After finding the line containing "#13=CARTESIAN_POINT('',(-5.719232,0.,-4.09575));" below, please output that line and each following one through the line containing "#29=AXIS2_PLACEMENT_3D('',#26,#27,#28);", exactly as written.

Top of Records provided

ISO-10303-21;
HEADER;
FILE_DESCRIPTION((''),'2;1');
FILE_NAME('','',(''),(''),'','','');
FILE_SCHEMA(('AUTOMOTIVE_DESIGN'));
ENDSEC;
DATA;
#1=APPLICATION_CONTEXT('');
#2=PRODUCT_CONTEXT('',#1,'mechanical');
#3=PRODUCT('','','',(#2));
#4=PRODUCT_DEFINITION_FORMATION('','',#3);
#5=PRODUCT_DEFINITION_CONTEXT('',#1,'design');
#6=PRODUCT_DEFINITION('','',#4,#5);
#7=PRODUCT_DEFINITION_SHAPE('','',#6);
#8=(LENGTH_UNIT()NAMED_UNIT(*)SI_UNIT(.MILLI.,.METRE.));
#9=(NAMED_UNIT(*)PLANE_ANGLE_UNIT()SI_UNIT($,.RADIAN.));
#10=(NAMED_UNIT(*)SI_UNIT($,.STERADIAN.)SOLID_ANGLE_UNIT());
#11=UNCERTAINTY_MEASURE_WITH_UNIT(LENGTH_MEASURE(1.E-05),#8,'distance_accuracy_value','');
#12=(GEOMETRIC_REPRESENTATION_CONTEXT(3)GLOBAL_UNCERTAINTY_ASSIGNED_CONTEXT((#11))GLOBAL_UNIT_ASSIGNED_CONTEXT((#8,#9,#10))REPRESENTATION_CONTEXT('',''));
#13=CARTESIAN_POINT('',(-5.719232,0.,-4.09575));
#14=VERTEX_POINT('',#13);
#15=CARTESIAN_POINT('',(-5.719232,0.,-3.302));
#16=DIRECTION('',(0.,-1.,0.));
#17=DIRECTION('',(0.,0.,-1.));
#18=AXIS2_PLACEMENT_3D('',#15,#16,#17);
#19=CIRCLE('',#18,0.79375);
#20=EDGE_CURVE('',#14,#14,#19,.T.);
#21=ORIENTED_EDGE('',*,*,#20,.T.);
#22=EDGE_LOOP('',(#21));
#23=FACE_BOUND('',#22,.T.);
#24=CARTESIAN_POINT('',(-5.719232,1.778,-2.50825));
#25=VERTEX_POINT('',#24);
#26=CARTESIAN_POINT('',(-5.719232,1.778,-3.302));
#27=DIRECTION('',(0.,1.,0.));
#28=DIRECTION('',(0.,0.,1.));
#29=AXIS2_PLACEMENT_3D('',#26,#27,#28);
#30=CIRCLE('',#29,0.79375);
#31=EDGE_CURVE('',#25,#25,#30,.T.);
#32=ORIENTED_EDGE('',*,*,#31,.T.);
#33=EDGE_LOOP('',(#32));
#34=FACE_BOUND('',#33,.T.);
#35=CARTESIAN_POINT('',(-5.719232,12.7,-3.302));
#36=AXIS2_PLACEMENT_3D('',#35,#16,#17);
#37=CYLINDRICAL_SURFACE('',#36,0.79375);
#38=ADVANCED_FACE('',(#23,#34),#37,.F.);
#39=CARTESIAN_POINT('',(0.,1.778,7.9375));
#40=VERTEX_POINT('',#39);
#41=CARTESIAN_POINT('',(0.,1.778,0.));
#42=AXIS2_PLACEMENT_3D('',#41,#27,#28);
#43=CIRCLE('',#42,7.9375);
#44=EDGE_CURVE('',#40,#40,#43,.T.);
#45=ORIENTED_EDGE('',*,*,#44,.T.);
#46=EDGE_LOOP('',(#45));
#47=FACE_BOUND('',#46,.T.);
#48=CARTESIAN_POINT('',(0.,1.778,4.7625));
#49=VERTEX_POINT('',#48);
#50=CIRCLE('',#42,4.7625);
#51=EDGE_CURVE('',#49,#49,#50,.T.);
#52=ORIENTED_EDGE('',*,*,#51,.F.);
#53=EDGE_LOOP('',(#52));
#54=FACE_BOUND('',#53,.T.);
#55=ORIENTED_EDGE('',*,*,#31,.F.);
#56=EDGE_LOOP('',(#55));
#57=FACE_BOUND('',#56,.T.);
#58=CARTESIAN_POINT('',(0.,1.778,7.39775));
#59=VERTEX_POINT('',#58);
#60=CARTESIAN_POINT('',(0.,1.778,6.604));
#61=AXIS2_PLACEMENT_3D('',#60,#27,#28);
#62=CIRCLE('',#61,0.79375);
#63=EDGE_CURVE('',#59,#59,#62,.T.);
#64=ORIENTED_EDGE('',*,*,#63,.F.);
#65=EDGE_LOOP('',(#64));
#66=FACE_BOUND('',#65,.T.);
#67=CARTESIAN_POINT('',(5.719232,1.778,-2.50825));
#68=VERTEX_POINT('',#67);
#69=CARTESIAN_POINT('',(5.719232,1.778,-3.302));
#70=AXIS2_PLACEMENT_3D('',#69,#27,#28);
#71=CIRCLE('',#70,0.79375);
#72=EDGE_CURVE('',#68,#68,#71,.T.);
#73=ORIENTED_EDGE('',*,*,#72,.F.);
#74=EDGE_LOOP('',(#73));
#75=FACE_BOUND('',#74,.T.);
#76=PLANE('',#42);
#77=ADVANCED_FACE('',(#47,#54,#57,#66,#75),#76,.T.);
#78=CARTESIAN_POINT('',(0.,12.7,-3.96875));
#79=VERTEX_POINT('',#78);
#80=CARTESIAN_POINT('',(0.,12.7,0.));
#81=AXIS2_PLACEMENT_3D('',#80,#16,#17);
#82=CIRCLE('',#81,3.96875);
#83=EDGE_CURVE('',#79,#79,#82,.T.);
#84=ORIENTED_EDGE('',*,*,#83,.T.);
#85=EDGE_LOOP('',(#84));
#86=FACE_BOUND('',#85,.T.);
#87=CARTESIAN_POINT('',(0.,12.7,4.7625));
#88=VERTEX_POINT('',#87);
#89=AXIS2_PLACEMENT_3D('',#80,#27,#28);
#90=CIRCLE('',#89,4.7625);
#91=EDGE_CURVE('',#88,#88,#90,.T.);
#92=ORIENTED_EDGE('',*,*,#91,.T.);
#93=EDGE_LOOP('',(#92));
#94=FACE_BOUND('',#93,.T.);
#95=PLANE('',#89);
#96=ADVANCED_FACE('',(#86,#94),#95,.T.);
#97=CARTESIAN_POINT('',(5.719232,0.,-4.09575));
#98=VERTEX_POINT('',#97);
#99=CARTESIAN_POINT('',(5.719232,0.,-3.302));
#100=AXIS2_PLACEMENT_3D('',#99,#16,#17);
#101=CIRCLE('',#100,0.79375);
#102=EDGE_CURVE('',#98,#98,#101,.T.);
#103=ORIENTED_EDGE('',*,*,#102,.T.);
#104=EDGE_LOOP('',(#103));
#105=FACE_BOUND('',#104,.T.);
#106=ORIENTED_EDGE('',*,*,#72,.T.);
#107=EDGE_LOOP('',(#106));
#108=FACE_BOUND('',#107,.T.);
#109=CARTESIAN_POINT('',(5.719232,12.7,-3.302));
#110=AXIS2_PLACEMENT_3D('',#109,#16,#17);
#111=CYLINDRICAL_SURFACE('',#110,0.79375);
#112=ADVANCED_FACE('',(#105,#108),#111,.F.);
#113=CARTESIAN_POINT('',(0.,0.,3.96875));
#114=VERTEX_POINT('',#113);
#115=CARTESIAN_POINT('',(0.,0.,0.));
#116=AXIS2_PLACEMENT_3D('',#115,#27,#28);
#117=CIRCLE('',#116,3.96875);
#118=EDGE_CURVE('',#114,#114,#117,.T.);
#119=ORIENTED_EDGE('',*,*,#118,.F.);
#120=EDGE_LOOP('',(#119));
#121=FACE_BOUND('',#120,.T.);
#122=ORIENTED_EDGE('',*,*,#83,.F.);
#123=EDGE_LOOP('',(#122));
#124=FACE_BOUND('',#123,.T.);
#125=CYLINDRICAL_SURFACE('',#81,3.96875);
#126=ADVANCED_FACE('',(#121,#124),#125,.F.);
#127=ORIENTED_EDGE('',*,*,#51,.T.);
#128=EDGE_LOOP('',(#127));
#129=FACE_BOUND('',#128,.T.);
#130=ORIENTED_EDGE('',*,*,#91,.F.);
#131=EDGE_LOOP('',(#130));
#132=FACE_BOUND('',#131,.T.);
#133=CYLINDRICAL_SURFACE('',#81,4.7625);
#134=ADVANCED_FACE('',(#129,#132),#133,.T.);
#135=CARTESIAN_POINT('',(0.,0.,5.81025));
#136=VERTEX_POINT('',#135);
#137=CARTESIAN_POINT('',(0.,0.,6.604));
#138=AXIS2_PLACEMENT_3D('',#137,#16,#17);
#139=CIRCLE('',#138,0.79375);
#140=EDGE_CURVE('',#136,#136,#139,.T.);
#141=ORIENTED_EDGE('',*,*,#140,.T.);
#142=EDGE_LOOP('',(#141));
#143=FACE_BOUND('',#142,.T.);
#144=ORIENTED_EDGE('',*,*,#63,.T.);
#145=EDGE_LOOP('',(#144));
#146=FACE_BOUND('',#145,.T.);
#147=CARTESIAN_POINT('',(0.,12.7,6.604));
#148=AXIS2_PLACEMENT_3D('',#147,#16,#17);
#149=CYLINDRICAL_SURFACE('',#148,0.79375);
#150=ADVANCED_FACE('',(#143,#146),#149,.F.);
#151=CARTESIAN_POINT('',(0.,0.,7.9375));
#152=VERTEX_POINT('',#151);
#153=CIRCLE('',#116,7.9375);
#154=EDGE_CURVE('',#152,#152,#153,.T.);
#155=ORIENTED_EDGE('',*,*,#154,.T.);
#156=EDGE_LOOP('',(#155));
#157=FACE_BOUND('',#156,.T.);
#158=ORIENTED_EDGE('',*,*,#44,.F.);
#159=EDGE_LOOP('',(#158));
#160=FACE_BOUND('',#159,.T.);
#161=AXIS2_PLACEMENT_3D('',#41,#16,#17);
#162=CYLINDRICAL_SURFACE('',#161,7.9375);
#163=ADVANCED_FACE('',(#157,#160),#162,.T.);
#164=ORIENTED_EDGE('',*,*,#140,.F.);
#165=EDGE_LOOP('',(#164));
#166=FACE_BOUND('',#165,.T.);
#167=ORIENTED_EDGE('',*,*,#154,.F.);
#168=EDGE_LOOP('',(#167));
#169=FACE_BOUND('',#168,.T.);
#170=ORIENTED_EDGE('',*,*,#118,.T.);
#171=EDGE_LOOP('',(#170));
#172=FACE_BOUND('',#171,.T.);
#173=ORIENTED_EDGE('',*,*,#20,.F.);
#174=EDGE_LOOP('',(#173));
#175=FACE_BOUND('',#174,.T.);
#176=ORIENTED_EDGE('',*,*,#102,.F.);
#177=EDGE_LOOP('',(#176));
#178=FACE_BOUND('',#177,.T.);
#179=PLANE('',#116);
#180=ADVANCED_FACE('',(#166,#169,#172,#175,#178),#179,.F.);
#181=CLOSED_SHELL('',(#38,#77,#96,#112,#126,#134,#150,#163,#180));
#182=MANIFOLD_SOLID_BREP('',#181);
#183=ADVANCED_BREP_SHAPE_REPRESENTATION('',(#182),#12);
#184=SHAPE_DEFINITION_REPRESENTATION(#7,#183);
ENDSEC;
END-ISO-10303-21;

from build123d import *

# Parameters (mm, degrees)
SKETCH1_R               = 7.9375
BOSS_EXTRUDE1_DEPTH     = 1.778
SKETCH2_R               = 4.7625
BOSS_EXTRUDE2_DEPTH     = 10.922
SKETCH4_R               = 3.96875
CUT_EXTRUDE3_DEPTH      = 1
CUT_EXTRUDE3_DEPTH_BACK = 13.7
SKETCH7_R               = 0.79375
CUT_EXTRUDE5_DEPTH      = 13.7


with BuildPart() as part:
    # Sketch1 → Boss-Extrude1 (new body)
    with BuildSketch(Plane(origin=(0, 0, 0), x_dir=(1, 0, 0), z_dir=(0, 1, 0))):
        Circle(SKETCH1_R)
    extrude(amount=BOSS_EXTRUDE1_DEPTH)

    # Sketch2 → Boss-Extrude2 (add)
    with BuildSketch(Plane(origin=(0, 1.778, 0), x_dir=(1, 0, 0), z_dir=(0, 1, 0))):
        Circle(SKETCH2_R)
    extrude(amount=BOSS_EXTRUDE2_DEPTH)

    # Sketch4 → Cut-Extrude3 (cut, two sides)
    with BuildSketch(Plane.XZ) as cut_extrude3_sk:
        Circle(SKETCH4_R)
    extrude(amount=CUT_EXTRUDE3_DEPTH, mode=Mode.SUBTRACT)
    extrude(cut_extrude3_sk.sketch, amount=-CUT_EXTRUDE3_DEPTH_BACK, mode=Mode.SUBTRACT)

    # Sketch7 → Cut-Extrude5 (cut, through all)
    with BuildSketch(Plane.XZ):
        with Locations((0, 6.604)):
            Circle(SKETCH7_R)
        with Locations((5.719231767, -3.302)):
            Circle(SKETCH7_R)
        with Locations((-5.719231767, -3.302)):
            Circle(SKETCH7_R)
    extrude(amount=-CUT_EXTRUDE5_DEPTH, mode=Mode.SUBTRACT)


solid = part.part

Bottom of Records provided
Top of Records provided

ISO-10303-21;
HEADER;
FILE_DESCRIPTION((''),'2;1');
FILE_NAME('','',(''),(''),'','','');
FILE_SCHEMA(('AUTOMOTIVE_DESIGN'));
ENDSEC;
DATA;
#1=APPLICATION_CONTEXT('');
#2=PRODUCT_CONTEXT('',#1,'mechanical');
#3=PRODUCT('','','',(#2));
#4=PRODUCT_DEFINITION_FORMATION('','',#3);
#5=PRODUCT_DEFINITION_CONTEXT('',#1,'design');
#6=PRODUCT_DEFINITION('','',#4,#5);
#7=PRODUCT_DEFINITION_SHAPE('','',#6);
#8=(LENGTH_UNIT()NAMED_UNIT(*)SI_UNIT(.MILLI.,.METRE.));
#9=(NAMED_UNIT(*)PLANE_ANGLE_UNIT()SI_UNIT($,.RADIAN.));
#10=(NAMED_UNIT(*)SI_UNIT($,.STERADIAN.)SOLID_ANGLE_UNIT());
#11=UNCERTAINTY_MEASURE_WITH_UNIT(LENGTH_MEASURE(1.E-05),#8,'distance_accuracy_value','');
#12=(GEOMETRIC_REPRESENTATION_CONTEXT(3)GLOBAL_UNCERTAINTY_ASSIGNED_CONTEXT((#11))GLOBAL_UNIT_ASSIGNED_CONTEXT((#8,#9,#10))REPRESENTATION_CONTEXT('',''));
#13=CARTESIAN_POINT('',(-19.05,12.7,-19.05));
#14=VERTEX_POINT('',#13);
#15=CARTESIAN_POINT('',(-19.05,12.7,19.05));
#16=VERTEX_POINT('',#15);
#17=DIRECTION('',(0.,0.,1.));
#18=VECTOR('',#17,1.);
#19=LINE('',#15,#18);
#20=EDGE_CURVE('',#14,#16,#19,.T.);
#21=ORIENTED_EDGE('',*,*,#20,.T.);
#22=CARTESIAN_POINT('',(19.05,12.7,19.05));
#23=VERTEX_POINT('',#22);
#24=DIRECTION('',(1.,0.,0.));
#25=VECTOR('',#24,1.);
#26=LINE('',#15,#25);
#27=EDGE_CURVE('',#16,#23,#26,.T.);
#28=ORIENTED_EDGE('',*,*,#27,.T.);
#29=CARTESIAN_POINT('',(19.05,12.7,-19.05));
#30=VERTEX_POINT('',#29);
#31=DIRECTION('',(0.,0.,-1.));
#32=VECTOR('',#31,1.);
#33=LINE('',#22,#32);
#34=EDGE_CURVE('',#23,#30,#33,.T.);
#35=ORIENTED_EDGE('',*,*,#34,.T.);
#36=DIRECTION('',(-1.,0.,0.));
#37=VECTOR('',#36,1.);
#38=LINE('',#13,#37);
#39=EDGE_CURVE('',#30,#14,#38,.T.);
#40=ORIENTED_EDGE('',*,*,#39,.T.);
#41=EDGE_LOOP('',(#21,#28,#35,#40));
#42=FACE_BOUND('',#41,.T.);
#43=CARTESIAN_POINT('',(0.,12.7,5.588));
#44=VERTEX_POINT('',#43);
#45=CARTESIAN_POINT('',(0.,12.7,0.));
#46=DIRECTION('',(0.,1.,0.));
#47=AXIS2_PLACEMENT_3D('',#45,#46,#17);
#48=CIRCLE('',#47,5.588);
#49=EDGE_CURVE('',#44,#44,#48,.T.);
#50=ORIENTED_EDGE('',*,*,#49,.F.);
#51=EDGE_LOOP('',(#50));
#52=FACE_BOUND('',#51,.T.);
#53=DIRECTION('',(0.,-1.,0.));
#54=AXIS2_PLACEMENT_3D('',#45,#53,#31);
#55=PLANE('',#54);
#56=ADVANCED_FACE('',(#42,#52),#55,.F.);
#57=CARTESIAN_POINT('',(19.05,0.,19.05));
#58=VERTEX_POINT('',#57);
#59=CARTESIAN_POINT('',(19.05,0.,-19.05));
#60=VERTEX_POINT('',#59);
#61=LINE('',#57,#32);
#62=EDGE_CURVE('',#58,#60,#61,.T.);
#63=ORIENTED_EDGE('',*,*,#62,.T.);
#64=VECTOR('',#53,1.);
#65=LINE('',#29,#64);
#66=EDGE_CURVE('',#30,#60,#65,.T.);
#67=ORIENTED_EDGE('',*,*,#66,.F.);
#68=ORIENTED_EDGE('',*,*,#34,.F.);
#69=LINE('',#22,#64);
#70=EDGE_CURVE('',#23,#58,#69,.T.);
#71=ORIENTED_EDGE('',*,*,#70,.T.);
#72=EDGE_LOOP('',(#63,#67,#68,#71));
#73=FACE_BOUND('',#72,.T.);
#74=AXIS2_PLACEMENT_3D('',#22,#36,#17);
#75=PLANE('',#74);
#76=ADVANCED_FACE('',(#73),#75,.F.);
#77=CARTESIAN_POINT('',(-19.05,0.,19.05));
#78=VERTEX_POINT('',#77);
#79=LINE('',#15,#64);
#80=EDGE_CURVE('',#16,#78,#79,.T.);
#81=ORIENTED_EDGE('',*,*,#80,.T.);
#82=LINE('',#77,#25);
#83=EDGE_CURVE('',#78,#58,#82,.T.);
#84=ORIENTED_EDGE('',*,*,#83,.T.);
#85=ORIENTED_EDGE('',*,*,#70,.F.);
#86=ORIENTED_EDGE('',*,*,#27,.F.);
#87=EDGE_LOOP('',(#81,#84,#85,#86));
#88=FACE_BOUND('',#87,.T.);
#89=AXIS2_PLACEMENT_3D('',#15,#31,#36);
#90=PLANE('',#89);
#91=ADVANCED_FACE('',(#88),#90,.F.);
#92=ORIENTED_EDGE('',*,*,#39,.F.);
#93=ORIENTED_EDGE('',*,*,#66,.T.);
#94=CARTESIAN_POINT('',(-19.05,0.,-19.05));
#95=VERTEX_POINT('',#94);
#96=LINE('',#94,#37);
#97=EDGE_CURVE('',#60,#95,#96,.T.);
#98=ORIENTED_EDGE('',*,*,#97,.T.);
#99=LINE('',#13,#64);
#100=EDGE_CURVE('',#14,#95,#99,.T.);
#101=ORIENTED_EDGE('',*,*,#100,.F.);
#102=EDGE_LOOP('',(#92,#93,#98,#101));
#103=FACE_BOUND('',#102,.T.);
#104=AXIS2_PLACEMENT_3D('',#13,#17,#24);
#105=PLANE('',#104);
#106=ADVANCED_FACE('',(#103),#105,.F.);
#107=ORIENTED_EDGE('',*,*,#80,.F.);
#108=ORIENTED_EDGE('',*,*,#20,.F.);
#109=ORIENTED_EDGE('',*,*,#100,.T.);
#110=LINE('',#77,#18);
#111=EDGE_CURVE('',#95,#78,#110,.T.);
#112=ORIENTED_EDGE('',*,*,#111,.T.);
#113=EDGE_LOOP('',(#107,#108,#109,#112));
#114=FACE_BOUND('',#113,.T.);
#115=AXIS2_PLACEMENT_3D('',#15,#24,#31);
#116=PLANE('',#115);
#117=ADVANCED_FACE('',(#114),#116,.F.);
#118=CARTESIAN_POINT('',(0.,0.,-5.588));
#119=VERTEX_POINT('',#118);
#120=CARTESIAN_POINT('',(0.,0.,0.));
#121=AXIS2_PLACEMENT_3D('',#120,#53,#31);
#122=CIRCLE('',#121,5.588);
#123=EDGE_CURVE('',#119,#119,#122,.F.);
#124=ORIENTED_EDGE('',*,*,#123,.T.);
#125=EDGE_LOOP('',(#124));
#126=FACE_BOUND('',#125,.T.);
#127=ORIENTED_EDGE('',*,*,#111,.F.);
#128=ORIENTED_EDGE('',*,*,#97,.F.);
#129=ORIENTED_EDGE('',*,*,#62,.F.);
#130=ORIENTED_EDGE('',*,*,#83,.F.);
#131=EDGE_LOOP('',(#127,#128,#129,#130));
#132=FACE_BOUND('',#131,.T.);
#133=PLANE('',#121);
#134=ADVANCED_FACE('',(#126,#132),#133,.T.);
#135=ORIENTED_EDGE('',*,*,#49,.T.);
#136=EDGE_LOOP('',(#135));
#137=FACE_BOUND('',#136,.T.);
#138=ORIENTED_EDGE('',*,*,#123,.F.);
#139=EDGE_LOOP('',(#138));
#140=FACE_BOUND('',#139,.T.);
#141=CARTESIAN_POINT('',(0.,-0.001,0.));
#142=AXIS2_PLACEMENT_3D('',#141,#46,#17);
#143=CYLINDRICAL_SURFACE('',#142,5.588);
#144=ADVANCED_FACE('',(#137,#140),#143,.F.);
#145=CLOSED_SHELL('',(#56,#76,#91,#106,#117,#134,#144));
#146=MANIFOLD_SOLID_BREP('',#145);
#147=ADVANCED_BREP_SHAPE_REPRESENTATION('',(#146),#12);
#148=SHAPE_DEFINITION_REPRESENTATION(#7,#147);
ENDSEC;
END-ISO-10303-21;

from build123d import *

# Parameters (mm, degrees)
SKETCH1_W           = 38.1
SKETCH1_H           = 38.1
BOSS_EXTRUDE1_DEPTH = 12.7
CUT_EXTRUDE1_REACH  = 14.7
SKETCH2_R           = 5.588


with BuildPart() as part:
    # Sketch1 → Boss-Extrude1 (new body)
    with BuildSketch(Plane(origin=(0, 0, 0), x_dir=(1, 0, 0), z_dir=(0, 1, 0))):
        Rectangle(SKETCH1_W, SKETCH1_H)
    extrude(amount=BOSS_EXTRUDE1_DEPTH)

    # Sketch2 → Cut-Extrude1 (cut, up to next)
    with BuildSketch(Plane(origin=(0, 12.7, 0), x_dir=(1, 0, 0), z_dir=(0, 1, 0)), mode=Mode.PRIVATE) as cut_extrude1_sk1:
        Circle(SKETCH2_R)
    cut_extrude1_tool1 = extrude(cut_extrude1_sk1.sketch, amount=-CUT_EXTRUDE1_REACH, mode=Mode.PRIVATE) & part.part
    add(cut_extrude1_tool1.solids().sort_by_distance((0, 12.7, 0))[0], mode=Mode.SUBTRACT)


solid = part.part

Bottom of Records provided

◆ **Result below**
#13=CARTESIAN_POINT('',(-5.719232,0.,-4.09575));
#14=VERTEX_POINT('',#13);
#15=CARTESIAN_POINT('',(-5.719232,0.,-3.302));
#16=DIRECTION('',(0.,-1.,0.));
#17=DIRECTION('',(0.,0.,-1.));
#18=AXIS2_PLACEMENT_3D('',#15,#16,#17);
#19=CIRCLE('',#18,0.79375);
#20=EDGE_CURVE('',#14,#14,#19,.T.);
#21=ORIENTED_EDGE('',*,*,#20,.T.);
#22=EDGE_LOOP('',(#21));
#23=FACE_BOUND('',#22,.T.);
#24=CARTESIAN_POINT('',(-5.719232,1.778,-2.50825));
#25=VERTEX_POINT('',#24);
#26=CARTESIAN_POINT('',(-5.719232,1.778,-3.302));
#27=DIRECTION('',(0.,1.,0.));
#28=DIRECTION('',(0.,0.,1.));
#29=AXIS2_PLACEMENT_3D('',#26,#27,#28);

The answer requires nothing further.